Posted by arbrealettres sur 12 février 2017




MÉTAMORPHOSE

De branche en branche se tortille la chenille
Dévorant toutes les feuilles sur son passage.
Elle rampe ainsi jusqu’au bout d’une brindille
Où des fleurs coquines dégrafent leur corsage.

Soudain, devant elle, une ombre se profile.
Frémissante et curieuse, elle relève la tête
Et voit, illuminé par le soleil, gracile,
Un être, aux ailes chatoyantes, qui volette.

Eblouie, elle fixe cette apparition
Et soupire.
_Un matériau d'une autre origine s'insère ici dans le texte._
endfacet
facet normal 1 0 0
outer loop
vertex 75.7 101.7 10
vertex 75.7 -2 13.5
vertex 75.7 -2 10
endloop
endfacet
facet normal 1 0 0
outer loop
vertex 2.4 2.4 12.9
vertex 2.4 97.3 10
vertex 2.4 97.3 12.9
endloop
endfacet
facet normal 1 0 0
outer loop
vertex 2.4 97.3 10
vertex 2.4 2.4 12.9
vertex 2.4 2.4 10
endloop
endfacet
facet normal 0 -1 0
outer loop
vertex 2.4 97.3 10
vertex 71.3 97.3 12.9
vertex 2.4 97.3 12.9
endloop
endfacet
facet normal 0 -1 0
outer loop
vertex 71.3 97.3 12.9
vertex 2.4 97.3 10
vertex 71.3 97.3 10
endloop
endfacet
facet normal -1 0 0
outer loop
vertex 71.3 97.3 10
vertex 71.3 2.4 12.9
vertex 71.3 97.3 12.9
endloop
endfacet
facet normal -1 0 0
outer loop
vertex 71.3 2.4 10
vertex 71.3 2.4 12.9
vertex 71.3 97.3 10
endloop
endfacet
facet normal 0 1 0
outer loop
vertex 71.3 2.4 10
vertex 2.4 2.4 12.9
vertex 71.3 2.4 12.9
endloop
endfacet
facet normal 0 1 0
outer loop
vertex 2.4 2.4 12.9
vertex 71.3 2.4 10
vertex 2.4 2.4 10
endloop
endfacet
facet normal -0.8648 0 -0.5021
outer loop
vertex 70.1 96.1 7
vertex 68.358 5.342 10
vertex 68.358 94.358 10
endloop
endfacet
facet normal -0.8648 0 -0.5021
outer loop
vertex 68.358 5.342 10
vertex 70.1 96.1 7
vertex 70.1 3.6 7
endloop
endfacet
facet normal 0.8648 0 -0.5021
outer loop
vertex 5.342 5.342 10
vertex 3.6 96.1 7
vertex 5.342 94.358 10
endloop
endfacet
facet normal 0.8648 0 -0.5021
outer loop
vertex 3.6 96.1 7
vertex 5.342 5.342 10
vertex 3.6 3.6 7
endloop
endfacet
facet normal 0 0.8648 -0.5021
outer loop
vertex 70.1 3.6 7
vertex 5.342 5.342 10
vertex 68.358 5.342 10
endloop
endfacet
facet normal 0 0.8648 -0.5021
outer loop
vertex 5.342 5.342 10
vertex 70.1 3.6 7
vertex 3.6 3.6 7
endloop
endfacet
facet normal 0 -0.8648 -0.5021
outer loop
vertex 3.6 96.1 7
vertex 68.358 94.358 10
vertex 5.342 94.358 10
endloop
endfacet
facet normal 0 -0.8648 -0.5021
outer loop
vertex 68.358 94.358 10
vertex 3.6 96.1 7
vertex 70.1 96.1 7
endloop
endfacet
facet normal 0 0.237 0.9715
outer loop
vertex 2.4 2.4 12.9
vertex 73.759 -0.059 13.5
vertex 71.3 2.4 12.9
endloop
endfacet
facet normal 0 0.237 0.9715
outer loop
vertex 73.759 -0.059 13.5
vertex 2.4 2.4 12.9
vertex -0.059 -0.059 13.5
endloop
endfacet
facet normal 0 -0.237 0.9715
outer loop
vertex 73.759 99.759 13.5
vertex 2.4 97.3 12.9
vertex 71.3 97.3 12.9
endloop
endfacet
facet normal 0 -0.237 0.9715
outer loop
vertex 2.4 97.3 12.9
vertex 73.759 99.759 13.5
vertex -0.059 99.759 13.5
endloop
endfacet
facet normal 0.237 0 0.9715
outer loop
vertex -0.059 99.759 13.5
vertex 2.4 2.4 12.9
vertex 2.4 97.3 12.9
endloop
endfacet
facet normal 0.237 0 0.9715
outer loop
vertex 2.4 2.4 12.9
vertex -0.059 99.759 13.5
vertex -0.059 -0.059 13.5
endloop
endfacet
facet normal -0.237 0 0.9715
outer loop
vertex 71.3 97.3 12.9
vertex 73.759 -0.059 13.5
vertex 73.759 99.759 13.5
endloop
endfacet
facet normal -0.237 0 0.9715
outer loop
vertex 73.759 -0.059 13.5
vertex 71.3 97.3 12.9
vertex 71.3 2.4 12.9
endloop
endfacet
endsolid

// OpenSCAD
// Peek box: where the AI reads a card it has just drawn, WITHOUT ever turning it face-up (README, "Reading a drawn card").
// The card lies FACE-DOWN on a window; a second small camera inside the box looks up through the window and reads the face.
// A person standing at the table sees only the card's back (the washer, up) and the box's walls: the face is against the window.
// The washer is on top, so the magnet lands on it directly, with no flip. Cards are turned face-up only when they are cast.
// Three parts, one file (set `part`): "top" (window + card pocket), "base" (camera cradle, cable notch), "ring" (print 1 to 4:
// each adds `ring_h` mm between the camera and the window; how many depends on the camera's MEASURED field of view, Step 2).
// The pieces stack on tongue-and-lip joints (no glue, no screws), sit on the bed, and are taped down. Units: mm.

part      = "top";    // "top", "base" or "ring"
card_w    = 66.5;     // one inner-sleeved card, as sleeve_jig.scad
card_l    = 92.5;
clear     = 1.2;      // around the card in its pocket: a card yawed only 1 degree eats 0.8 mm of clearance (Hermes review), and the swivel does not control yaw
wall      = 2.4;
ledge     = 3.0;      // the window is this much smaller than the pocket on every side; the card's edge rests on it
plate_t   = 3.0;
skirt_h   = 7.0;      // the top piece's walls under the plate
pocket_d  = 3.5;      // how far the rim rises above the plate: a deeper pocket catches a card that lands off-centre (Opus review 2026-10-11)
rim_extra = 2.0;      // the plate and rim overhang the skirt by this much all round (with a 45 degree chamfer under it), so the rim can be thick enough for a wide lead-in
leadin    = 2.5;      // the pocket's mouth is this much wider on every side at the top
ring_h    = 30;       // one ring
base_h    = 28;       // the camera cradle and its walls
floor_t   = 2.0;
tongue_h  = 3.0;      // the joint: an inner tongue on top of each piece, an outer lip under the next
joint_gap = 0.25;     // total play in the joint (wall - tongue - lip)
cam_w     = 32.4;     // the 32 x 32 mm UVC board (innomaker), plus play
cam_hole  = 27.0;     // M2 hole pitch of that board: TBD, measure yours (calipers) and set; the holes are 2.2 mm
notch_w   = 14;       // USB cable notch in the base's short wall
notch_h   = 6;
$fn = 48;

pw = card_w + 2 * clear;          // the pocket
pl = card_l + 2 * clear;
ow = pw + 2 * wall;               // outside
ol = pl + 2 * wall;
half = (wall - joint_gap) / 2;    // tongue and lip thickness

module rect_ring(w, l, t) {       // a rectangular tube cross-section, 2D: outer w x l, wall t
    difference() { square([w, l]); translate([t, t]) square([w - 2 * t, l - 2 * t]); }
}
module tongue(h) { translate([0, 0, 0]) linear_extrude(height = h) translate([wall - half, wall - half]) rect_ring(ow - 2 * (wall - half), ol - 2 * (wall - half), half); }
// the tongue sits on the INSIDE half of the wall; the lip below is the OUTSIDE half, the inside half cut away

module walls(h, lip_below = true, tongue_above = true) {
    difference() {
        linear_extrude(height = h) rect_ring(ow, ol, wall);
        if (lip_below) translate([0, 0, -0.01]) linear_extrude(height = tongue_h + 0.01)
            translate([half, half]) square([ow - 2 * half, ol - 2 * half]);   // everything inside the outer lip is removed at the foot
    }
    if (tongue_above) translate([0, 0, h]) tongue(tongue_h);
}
Oh ! Comme je t’envie bel ange.
J’ aimerais tant voler, quitter ma reptation.
On t’admire ; on me chasse car je dérange.

Ne désespère pas ma bien-aimée soeur.
Un beau jour toi aussi tu obtiendras des ailes
Pour butiner les corolles, ivre de bonheur.
Aie confiance, la métamorphose est réelle.

Sceptique, mais une lueur d’espoir au coeur,
La chenille poursuit lentement son chemin.
Bientôt elle ressent une profonde langueur.
Une force l’immobilise un beau matin.

La belle, dans son cocon blanc, s’est endormie.
C’est une mystérieuse transmutation
Qu’entame en grand secret l’Energie de la Vie.
Aux rayons du soleil est né le papillon.

(Chantal Boqueho)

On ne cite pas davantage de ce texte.